» **Records for processing**:

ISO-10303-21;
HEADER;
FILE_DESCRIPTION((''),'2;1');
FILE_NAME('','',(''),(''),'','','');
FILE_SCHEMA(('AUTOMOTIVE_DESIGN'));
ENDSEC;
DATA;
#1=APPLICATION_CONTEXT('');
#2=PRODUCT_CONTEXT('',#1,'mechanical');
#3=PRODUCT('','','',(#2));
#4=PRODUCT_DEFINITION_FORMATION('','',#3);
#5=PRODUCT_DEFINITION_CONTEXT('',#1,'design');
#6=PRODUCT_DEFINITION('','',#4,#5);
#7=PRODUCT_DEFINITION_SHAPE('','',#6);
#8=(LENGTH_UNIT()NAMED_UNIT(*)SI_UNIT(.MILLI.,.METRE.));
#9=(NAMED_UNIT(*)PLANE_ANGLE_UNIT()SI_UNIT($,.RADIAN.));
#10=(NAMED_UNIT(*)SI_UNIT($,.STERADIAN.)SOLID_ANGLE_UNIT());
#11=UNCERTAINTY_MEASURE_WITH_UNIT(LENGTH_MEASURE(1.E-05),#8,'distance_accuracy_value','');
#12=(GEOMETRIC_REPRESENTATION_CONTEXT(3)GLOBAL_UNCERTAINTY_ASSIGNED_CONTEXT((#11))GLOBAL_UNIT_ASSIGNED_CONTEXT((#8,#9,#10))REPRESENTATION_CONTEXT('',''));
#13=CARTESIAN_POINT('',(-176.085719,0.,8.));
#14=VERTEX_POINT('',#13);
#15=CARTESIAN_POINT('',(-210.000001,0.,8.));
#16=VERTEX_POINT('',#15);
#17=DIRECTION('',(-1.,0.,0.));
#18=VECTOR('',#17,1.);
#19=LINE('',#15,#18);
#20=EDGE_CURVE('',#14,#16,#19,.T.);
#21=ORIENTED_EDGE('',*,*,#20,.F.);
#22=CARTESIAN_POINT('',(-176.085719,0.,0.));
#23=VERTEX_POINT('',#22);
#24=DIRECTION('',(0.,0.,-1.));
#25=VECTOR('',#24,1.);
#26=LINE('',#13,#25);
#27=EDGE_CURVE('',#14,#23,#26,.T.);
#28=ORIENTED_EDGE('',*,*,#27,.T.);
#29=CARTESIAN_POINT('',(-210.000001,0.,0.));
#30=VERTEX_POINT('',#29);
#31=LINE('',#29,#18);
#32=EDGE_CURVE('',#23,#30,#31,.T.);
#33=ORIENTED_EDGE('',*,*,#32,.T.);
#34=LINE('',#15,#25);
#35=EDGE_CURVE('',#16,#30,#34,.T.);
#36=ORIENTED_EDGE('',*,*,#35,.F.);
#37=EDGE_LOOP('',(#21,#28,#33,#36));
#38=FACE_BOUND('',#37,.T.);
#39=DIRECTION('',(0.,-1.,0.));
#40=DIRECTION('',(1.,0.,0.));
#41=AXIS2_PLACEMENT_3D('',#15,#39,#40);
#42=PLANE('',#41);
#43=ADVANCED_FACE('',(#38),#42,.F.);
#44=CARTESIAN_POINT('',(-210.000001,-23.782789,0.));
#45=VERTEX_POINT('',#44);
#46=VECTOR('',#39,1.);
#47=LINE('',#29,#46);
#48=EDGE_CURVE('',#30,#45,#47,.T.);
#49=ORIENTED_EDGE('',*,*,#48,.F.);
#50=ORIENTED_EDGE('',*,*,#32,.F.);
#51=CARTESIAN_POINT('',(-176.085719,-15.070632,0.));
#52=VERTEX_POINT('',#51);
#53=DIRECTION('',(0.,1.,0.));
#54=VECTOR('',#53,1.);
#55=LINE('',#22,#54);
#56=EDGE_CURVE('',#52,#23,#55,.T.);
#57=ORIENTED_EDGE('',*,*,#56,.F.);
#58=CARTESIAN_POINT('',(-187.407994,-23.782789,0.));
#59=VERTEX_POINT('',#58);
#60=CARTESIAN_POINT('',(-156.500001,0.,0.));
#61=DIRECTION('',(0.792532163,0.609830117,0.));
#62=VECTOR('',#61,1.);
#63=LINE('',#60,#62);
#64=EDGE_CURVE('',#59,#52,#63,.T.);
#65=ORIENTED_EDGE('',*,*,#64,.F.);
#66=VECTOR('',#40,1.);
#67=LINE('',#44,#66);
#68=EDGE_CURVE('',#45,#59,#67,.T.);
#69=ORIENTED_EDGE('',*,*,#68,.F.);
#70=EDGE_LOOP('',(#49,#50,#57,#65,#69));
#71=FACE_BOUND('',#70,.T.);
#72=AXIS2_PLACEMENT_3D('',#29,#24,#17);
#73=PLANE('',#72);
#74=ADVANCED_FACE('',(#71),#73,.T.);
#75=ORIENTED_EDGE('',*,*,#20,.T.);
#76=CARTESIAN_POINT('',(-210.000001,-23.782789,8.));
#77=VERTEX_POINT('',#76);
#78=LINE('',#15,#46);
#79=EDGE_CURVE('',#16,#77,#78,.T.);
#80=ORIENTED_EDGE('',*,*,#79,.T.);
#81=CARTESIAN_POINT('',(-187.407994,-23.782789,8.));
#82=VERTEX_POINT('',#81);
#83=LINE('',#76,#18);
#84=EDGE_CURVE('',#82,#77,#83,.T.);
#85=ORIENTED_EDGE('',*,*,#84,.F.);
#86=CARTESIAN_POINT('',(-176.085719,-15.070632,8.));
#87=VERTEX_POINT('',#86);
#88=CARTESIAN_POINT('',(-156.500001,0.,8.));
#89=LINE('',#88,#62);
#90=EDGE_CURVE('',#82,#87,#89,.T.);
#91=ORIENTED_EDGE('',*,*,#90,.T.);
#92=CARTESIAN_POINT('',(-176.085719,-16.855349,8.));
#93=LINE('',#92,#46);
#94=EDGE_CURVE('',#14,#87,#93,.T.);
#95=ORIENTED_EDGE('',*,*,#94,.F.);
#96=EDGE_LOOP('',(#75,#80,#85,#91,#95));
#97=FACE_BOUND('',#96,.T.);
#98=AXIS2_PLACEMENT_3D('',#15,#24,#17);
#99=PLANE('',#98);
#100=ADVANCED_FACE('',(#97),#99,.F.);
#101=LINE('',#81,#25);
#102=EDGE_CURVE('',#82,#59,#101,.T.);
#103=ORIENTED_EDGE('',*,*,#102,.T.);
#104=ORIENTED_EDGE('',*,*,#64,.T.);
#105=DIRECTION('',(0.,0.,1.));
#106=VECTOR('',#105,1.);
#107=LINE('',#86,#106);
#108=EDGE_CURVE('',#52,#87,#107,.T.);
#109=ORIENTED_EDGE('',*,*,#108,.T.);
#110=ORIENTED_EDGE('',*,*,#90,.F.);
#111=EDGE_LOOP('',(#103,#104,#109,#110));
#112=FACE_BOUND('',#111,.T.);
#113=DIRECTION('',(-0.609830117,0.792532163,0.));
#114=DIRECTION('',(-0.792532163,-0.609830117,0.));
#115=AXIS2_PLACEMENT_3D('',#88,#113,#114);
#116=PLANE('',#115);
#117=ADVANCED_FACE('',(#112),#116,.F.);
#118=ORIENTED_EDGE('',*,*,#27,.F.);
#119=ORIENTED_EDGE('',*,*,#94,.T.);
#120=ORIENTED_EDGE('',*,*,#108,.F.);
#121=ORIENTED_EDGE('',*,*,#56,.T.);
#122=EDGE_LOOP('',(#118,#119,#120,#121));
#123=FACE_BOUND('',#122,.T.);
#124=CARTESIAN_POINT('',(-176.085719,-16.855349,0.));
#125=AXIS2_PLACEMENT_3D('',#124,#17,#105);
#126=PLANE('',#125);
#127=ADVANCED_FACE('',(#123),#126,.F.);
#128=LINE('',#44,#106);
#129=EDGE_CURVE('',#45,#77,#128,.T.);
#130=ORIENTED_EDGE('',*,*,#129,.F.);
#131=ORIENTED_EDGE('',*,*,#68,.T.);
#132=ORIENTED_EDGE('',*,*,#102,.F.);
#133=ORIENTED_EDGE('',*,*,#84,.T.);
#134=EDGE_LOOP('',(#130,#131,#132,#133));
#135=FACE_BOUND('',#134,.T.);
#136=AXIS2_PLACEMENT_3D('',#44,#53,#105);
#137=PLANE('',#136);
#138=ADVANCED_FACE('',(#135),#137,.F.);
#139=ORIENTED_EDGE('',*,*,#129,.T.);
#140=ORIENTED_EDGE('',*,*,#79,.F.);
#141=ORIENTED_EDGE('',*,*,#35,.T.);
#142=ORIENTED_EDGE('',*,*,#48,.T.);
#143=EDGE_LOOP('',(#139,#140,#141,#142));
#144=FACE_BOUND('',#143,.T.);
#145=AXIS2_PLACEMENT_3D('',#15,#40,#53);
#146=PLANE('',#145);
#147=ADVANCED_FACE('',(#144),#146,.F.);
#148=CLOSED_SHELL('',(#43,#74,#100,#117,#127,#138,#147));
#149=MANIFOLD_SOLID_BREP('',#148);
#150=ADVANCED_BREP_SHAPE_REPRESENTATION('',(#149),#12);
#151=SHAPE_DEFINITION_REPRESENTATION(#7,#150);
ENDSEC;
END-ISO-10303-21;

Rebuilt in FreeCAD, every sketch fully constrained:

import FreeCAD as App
import Part
import Sketcher
from FreeCAD import Vector

doc = App.newDocument("Part")
body = doc.addObject("PartDesign::Body", "Body")

# Sketch on XY plane
sketch1 = body.newObject("Sketcher::SketchObject", "Sketch")
sketch1.AttachmentSupport = (doc.getObject("XY_Plane"), [""])
sketch1.MapMode = "FlatFace"
sketch1.addGeometry([
    Part.LineSegment(Vector(-210, 0, 0), Vector(-210, -41, 0)),
    Part.LineSegment(Vector(-210, -41, 0), Vector(-157, 0, 0)),
    Part.LineSegment(Vector(-157, 0, 0), Vector(-210, 0, 0)),
], False)
sketch1.addConstraint([
    Sketcher.Constraint("Coincident", 0, 2, 1, 1),
    Sketcher.Constraint("Coincident", 1, 2, 2, 1),
    Sketcher.Constraint("Coincident", 2, 2, 0, 1),
    Sketcher.Constraint("Vertical", 0),
    Sketcher.Constraint("Horizontal", 2),
    Sketcher.Constraint("PointOnObject", 1, 2, -1),
    Sketcher.Constraint("DistanceX", 2, 2, 2, 1, 53.5),
    Sketcher.Constraint("DistanceX", 0, 2, -1, 1, 210.000001),
    Sketcher.Constraint("DistanceY", 0, 2, 0, 1, 41.166672),
])
pad1 = body.newObject("PartDesign::Pad", "Pad")
pad1.Profile = sketch1
pad1.Length = 8

# Sketch on XY plane
sketch2 = body.newObject("Sketcher::SketchObject", "Sketch001")
sketch2.AttachmentSupport = (doc.getObject("XY_Plane"), [""])
sketch2.MapMode = "FlatFace"
sketch2.AttachmentOffset = App.Placement(Vector(0, 0, 8), App.Rotation())
sketch2.addGeometry([
    Part.LineSegment(Vector(-210, -24, 0), Vector(-210, -46, 0)),  # 0
    Part.LineSegment(Vector(-210, -46, 0), Vector(-185, -46, 0)),  # 1
    Part.LineSegment(Vector(-185, -46, 0), Vector(-185, -24, 0)),  # 2
    Part.LineSegment(Vector(-185, -24, 0), Vector(-210, -24, 0)),  # 3
    Part.LineSegment(Vector(-176, 5, 0), Vector(-176, -17, 0)),  # 4
    Part.LineSegment(Vector(-176, -17, 0), Vector(-156, -17, 0)),  # 5
    Part.LineSegment(Vector(-156, -17, 0), Vector(-156, 5, 0)),  # 6
    Part.LineSegment(Vector(-156, 5, 0), Vector(-176, 5, 0)),  # 7
], False)
sketch2.addConstraint([
    Sketcher.Constraint("Coincident", 0, 2, 1, 1),
    Sketcher.Constraint("Coincident", 1, 2, 2, 1),
    Sketcher.Constraint("Coincident", 2, 2, 3, 1),
    Sketcher.Constraint("Coincident", 3, 2, 0, 1),
    Sketcher.Constraint("Coincident", 4, 2, 5, 1),
    Sketcher.Constraint("Coincident", 5, 2, 6, 1),
    Sketcher.Constraint("Coincident", 6, 2, 7, 1),
    Sketcher.Constraint("Coincident", 7, 2, 4, 1),
    Sketcher.Constraint("Vertical", 0),
    Sketcher.Constraint("Horizontal", 1),
    Sketcher.Constraint("Vertical", 2),
    Sketcher.Constraint("Horizontal", 3),
    Sketcher.Constraint("Vertical", 4),
    Sketcher.Constraint("Horizontal", 5),
    Sketcher.Constraint("Vertical", 6),
    Sketcher.Constraint("Horizontal", 7),
    Sketcher.Constraint("DistanceX", 0, 2, -1, 1, 210.000001),
    Sketcher.Constraint("DistanceX", 5, 2, -1, 1, 156.5),
    Sketcher.Constraint("DistanceX", 5, 1, 5, 2, 19.585719),
    Sketcher.Constraint("DistanceY", 4, 2, 4, 1, 21.456909),
    Sketcher.Constraint("DistanceX", 1, 1, 1, 2, 25.296908),
    Sketcher.Constraint("DistanceY", 0, 2, 0, 1, 21.985442),
    Sketcher.Constraint("DistanceY", 0, 2, -1, 1, 45.768231),
    Sketcher.Constraint("DistanceY", 4, 2, -1, 1, 16.855349),
])
pocket1 = body.newObject("PartDesign::Pocket", "Pocket")
pocket1.Profile = sketch2
pocket1.Type = "ThroughAll"

doc.recompute()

» **Task details**: Return word for word the lines above from the line with "#103=ORIENTED_EDGE('',*,*,#102,.T.);" to the line with "#149=MANIFOLD_SOLID_BREP('',#148);", including both and leaving out all others.

» **Output of the exercise**:
#103=ORIENTED_EDGE('',*,*,#102,.T.);
#104=ORIENTED_EDGE('',*,*,#64,.T.);
#105=DIRECTION('',(0.,0.,1.));
#106=VECTOR('',#105,1.);
#107=LINE('',#86,#106);
#108=EDGE_CURVE('',#52,#87,#107,.T.);
#109=ORIENTED_EDGE('',*,*,#108,.T.);
#110=ORIENTED_EDGE('',*,*,#90,.F.);
#111=EDGE_LOOP('',(#103,#104,#109,#110));
#112=FACE_BOUND('',#111,.T.);
#113=DIRECTION('',(-0.609830117,0.792532163,0.));
#114=DIRECTION('',(-0.792532163,-0.609830117,0.));
#115=AXIS2_PLACEMENT_3D('',#88,#113,#114);
#116=PLANE('',#115);
#117=ADVANCED_FACE('',(#112),#116,.F.);
#118=ORIENTED_EDGE('',*,*,#27,.F.);
#119=ORIENTED_EDGE('',*,*,#94,.T.);
#120=ORIENTED_EDGE('',*,*,#108,.F.);
#121=ORIENTED_EDGE('',*,*,#56,.T.);
#122=EDGE_LOOP('',(#118,#119,#120,#121));
#123=FACE_BOUND('',#122,.T.);
#124=CARTESIAN_POINT('',(-176.085719,-16.855349,0.));
#125=AXIS2_PLACEMENT_3D('',#124,#17,#105);
#126=PLANE('',#125);
#127=ADVANCED_FACE('',(#123),#126,.F.);
#128=LINE('',#44,#106);
#129=EDGE_CURVE('',#45,#77,#128,.T.);
#130=ORIENTED_EDGE('',*,*,#129,.F.);
#131=ORIENTED_EDGE('',*,*,#68,.T.);
#132=ORIENTED_EDGE('',*,*,#102,.F.);
#133=ORIENTED_EDGE('',*,*,#84,.T.);
#134=EDGE_LOOP('',(#130,#131,#132,#133));
#135=FACE_BOUND('',#134,.T.);
#136=AXIS2_PLACEMENT_3D('',#44,#53,#105);
#137=PLANE('',#136);
#138=ADVANCED_FACE('',(#135),#137,.F.);
#139=ORIENTED_EDGE('',*,*,#129,.T.);
#140=ORIENTED_EDGE('',*,*,#79,.F.);
#141=ORIENTED_EDGE('',*,*,#35,.T.);
#142=ORIENTED_EDGE('',*,*,#48,.T.);
#143=EDGE_LOOP('',(#139,#140,#141,#142));
#144=FACE_BOUND('',#143,.T.);
#145=AXIS2_PLACEMENT_3D('',#15,#40,#53);
#146=PLANE('',#145);
#147=ADVANCED_FACE('',(#144),#146,.F.);
#148=CLOSED_SHELL('',(#43,#74,#100,#117,#127,#138,#147));
#149=MANIFOLD_SOLID_BREP('',#148);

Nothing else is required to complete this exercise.